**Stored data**
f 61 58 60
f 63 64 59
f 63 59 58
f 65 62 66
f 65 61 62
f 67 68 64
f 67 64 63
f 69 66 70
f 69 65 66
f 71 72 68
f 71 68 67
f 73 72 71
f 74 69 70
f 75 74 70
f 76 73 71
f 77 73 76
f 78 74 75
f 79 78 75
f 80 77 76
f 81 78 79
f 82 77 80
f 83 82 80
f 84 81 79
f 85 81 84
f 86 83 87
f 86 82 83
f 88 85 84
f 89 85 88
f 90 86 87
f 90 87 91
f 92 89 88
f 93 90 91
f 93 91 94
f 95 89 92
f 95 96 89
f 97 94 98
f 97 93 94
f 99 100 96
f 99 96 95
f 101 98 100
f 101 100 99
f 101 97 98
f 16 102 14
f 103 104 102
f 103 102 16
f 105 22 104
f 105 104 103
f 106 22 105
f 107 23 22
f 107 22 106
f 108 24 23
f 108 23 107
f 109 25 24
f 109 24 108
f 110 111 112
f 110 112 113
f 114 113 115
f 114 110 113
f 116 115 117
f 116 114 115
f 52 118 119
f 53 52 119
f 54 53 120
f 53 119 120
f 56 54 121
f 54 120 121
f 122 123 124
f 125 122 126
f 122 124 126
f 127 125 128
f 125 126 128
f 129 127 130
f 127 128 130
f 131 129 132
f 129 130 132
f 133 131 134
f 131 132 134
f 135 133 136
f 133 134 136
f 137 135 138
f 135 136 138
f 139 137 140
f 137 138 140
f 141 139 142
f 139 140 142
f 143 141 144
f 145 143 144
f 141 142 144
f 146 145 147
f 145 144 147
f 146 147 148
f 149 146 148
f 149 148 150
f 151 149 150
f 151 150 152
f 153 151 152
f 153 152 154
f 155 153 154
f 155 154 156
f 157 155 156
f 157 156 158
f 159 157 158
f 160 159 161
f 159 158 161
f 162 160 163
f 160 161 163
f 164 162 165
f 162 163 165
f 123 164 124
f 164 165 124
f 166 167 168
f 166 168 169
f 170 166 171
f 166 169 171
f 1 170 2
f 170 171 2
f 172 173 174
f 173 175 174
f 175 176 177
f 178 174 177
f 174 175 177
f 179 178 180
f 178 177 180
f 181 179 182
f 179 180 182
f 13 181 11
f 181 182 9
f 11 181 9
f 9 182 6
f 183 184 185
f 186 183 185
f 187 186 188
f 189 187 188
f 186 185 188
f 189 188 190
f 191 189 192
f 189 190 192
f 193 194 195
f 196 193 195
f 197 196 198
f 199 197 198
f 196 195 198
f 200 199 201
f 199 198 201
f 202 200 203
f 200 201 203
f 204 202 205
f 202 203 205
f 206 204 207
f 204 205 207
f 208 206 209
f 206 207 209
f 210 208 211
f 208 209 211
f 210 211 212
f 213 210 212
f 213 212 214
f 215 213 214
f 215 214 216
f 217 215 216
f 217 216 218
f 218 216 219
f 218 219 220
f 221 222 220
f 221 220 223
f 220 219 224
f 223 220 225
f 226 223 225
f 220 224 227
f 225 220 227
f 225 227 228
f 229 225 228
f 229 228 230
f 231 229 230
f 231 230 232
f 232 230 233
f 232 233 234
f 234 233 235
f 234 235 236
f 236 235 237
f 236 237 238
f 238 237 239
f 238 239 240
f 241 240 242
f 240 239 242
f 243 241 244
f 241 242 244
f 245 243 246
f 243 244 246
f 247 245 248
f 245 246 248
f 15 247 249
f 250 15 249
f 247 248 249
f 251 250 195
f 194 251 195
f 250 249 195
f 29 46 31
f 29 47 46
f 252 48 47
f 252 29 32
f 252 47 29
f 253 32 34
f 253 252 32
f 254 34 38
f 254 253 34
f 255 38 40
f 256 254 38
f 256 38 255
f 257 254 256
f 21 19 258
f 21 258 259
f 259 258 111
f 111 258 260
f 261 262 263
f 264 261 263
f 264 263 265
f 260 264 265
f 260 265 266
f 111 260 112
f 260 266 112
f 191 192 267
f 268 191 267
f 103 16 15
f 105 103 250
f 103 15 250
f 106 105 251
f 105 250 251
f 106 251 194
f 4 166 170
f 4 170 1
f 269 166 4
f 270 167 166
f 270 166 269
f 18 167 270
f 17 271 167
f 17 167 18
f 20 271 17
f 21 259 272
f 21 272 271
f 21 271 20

==

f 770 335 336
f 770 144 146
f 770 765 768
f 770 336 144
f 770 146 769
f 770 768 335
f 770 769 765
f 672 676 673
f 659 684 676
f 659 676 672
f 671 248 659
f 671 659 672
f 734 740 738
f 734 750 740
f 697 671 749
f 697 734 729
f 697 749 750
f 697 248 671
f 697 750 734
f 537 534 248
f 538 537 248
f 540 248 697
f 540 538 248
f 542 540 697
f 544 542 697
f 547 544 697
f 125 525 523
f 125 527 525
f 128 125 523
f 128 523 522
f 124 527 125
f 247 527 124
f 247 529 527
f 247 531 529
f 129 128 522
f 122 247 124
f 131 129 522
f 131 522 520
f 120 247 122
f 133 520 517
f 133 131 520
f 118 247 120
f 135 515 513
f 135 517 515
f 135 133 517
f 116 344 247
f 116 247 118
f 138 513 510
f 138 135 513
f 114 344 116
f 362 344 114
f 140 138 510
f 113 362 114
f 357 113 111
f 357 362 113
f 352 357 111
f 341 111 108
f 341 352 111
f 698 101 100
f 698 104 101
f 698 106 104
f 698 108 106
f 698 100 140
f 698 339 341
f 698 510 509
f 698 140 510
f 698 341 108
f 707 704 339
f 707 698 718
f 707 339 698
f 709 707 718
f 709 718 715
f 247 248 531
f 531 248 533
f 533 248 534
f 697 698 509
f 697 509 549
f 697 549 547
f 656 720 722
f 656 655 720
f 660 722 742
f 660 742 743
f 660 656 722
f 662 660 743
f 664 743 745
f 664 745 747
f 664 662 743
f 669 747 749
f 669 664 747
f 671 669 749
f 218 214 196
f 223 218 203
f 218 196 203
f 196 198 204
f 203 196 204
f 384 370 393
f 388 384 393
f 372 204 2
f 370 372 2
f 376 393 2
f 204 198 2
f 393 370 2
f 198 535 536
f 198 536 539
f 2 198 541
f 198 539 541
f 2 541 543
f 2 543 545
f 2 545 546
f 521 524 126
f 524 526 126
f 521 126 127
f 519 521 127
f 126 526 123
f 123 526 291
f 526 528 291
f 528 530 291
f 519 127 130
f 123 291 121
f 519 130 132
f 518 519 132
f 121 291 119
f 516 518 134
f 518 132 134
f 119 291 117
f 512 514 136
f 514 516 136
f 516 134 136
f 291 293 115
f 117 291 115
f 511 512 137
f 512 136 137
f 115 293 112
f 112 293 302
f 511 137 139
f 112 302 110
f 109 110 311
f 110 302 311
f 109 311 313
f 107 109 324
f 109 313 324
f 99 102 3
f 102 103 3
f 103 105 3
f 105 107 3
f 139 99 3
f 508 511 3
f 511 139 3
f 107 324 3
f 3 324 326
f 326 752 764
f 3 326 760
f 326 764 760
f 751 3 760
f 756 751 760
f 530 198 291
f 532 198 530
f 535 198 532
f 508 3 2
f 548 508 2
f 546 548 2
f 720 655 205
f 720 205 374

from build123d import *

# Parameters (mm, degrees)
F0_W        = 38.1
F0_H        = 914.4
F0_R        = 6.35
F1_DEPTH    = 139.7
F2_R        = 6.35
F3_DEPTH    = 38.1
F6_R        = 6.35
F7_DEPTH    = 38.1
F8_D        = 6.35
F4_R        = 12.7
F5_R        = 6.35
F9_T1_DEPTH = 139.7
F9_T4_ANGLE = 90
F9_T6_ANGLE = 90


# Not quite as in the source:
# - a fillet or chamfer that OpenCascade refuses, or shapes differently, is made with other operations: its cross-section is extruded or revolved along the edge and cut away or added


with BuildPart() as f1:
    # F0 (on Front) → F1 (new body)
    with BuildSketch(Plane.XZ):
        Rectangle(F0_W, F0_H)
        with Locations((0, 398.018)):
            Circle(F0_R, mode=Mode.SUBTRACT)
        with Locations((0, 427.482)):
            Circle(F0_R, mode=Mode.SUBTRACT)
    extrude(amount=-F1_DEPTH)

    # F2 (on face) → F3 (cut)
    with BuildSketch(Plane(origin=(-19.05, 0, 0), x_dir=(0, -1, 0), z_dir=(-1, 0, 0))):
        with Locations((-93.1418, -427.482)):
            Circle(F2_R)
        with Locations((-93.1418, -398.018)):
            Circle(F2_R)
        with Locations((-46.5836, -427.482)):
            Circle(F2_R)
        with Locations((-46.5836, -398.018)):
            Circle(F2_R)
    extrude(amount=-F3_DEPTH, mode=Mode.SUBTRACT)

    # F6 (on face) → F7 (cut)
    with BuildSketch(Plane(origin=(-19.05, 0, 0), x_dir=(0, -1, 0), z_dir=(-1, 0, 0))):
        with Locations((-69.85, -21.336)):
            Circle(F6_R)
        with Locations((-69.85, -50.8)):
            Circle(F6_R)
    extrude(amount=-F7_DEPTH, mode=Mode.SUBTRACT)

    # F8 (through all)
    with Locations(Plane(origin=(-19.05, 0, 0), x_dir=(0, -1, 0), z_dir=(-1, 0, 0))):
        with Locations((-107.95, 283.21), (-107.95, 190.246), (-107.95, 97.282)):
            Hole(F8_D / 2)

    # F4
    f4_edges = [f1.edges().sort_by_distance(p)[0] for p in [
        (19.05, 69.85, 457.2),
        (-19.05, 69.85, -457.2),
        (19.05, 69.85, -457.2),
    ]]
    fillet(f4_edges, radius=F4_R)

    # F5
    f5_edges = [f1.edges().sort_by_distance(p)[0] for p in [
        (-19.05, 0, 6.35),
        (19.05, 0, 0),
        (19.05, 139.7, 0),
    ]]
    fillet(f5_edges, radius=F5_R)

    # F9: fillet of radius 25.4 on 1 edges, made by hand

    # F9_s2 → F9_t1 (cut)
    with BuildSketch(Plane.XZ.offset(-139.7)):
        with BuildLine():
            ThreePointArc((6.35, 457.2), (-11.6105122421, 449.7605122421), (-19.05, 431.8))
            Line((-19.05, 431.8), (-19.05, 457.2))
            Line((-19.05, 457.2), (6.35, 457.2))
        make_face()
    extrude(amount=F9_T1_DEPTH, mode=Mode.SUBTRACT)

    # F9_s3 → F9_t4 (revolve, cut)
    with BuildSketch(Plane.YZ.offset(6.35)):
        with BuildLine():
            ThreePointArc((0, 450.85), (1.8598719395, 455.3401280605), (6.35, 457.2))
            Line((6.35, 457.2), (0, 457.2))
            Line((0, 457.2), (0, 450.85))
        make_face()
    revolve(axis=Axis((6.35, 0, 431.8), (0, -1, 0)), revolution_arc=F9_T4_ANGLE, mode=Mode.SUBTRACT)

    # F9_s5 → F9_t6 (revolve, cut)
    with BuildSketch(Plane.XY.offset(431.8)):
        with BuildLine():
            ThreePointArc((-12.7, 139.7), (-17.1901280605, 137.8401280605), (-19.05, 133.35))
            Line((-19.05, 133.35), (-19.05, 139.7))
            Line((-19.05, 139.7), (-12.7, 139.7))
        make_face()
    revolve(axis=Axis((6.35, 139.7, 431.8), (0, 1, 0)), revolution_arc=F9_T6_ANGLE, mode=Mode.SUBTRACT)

**GOAL OF THE EXERCISE**
Your task is to restate, word for word, only those lines above that fall between the line holding "f 198 535 536" and the line holding "f 530 198 291", inclusive.

**RESPONSE TO THIS TASK**
f 198 535 536
f 198 536 539
f 2 198 541
f 198 539 541
f 2 541 543
f 2 543 545
f 2 545 546
f 521 524 126
f 524 526 126
f 521 126 127
f 519 521 127
f 126 526 123
f 123 526 291
f 526 528 291
f 528 530 291
f 519 127 130
f 123 291 121
f 519 130 132
f 518 519 132
f 121 291 119
f 516 518 134
f 518 132 134
f 119 291 117
f 512 514 136
f 514 516 136
f 516 134 136
f 291 293 115
f 117 291 115
f 511 512 137
f 512 136 137
f 115 293 112
f 112 293 302
f 511 137 139
f 112 302 110
f 109 110 311
f 110 302 311
f 109 311 313
f 107 109 324
f 109 313 324
f 99 102 3
f 102 103 3
f 103 105 3
f 105 107 3
f 139 99 3
f 508 511 3
f 511 139 3
f 107 324 3
f 3 324 326
f 326 752 764
f 3 326 760
f 326 764 760
f 751 3 760
f 756 751 760
f 530 198 291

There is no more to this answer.